As an example of such a complicated and perplexing situation, consider the following recently published case.1 The report described a 56-year-old woman diagnosed with chronic fatigue, fibromyalgia, weakness, headaches, difficulties concentrating, short-term memory impairment, and evidence of a demyelinating illness. Laboratory testing indicated the presence of high levels of antiadrenal, antistriated muscle, and antismooth muscle antibodies; increased rheumatoid factor titers; and elevated immunoglobin (Ig) G, IgM, and IgA immune complexes. The patient’s illness had begun 13 years earlier following the second dose of hepatitis B vaccine and was aggravated by the third vaccination. In addition, several years before vaccination, the patient had undergone uneventful silicone breast implantation.

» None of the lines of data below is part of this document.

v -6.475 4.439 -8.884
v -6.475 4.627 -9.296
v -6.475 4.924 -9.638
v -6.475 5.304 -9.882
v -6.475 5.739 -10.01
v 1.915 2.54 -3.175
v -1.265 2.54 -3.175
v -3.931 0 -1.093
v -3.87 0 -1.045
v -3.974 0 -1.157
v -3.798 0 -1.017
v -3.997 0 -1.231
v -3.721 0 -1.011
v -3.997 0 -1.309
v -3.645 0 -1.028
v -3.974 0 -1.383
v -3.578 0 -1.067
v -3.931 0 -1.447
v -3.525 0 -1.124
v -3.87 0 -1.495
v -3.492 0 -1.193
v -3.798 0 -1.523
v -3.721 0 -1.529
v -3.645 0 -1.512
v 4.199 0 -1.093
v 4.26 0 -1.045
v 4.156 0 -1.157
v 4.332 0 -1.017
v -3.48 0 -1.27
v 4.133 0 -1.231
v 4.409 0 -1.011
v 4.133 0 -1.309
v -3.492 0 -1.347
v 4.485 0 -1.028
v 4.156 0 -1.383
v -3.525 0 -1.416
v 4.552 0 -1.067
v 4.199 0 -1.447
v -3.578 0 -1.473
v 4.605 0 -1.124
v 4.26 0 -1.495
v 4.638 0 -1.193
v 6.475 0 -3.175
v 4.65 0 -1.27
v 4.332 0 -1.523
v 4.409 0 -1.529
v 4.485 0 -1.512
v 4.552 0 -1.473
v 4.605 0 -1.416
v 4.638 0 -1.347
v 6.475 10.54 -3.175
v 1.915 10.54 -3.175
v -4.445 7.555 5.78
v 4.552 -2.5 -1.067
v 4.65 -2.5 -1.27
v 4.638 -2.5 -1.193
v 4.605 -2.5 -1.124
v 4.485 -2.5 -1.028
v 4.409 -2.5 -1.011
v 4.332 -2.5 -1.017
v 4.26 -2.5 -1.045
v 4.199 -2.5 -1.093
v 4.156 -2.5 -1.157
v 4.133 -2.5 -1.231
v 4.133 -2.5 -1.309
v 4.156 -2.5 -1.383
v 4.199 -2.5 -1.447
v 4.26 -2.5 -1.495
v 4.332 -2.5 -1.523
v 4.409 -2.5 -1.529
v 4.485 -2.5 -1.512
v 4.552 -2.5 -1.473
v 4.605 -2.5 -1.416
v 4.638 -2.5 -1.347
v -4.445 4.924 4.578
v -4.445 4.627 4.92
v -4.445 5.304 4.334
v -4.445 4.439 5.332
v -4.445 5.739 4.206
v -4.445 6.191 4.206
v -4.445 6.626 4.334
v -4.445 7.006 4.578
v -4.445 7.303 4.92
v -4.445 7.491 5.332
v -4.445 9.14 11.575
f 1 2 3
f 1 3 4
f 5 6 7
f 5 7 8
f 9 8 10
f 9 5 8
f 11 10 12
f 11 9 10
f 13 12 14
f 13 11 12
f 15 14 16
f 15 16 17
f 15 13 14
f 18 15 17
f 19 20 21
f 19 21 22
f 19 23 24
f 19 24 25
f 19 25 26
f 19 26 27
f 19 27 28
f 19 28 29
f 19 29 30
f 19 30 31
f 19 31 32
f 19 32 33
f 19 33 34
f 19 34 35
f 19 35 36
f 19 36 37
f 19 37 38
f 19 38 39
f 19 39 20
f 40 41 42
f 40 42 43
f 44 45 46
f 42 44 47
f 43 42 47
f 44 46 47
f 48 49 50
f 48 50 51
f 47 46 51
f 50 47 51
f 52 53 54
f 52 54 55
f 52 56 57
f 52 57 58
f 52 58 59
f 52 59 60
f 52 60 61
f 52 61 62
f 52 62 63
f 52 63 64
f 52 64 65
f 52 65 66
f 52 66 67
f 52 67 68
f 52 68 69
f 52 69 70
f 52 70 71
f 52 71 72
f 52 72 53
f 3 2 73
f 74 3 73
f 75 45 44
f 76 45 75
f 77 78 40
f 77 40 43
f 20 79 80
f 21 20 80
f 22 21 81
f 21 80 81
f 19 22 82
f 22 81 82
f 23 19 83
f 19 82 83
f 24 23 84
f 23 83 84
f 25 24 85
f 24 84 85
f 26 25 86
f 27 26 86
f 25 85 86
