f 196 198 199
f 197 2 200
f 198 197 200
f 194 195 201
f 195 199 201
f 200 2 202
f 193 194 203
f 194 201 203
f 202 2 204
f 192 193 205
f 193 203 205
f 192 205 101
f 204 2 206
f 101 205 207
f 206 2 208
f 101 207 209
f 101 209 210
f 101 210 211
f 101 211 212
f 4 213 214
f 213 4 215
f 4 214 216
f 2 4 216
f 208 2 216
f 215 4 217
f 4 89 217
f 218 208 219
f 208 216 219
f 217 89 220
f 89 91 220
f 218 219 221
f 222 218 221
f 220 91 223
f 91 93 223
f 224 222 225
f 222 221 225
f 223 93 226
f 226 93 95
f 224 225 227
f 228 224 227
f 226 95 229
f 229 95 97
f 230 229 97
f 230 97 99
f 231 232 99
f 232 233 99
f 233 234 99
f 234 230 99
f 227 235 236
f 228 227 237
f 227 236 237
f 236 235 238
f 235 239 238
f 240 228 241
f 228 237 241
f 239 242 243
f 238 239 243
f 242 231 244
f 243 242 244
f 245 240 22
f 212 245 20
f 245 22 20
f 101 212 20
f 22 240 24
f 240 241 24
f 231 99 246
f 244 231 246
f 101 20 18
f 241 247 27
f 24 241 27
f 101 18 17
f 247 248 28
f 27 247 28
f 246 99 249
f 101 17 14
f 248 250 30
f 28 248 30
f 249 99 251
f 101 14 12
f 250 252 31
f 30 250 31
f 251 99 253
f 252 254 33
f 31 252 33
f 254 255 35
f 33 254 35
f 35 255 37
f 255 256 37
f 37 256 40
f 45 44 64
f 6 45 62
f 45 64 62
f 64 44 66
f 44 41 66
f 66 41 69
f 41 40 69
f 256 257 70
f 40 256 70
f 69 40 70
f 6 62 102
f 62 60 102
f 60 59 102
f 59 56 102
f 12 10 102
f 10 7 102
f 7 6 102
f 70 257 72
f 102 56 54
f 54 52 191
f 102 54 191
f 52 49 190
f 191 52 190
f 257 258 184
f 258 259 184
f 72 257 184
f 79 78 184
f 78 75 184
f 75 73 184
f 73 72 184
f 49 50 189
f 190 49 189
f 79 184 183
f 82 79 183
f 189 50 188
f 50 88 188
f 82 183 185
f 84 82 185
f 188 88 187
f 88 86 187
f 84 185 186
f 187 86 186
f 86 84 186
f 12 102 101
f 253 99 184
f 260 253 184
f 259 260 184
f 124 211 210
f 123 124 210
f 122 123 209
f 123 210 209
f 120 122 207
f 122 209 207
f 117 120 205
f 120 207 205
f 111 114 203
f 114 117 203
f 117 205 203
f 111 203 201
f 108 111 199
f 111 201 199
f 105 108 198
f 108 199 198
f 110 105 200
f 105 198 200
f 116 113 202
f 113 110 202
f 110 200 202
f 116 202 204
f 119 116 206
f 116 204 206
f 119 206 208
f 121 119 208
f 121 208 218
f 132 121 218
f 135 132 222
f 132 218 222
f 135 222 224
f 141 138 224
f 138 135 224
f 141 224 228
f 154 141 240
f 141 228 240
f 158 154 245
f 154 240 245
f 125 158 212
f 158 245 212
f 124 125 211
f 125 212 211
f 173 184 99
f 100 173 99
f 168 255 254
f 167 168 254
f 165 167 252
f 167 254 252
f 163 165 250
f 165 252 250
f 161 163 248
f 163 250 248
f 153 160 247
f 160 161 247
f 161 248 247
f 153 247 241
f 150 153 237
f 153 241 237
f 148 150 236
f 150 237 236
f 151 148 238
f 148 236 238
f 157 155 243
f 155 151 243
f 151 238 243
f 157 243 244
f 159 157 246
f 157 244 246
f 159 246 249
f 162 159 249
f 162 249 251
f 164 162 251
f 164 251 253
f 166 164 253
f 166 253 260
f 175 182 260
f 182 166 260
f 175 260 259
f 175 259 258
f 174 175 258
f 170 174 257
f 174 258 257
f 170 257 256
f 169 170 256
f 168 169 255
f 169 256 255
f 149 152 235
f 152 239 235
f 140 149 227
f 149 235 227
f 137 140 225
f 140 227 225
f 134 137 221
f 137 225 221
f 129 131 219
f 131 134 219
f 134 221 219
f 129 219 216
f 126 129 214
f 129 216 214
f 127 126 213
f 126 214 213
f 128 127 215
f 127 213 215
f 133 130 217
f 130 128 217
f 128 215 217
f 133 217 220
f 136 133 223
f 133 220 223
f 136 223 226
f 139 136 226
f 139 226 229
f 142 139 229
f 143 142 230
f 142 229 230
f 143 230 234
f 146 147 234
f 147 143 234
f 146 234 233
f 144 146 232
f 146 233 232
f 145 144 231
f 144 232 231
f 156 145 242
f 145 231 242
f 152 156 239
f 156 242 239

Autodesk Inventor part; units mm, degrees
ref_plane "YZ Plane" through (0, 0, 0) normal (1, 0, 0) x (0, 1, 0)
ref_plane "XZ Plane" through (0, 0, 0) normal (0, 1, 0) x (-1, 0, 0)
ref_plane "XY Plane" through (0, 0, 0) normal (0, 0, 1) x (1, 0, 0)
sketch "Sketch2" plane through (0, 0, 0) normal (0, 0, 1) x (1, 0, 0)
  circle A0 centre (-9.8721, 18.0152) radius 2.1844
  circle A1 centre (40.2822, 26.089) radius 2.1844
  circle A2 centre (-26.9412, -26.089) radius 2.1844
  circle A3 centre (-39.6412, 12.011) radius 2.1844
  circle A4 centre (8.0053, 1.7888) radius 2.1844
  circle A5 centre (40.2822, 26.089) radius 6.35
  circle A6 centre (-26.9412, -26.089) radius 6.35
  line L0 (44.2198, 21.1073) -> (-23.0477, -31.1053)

However, during the time between her second and third vaccination, she suffered a breast injury accompanied by evidence of local inflammation. Four years afterwards, she underwent removal of her breast implants. On histological examination, leaking of silicone and extensive calcification in both breasts was observed. In addition to removal of the implants, the patient was treated with intravenous IgG, and her condition gradually improved.
This illustrative case is notable for several clues that suggest a possible role of exposure to the hepatitis B vaccine and silicone leak that, together, produced an augmented adjuvant effect and led to the patient’s condition. In recent years, a large body of evidence has accumulated on the basis for vague conditions such as chronic fatigue and sick building syndromes. Subsequently, other poorly defined (and sometimes controversial) conditions—for example, siliconosis (relating to manifestations occurring following exposure to silicone) and postvaccination phenomena such as Gulf War syndrome (GWS) and the macrophagic myofasciitis syndromes (MMF)—have been suggested to have a common pathogenesis.2-5
Because these enigmatic diseases can display similarities in the presenting complex of signs and symptoms, a shared etiological common denominator is possible. In addition, accumulating data regarding immune adjuvant activity stimulated by various substances (e.g., infectious agents, silicone, aluminum salts) have been associated with the pathogenesis of each of these conditions. Thus, their comparable clinical presentation and plausible common mechanisms have led to the convergence of these conditions under a common syndrome called autoimmune (autoinflammatory) syndrome induced by adjuvants (ASIA).6
Autoimmunity Induced by Adjuvant
The worldwide prevalence of autoimmune and autoinflammatory diseases is determined by the interplay of genetic and environmental factors.7 The latter factors include infections, toxins, drugs, and others agents that can be linked by the occurrence of immune-mediated diseases as well as the nature of the clinical manifestations and their severity.8,9 The mechanisms by which these environmental factors trigger autoimmunity are diverse but, as a group, they may incorporate an adjuvant effect. An adjuvant is a substance that enhances the activation of the immune system, both the innate and the adoptive ones.10-12
For years, adjuvants have been used by physicians and scientists to boost a desirable immune response, either in experimental models or during medical interventions, most classically, immunization. The adjuvant effects encompass physical protection of the antigen from degradation, stimulation of innate immunity by toll-like receptors (TLRs) and non-TLRs sensors, antigen translocation to regional lymph nodes, and activation of the complement system.10 Consequently, adjuvants enable a longer exposure of the immune system to the antigen and prime the system for the production and activation of B and T cells, resulting in a more robust response.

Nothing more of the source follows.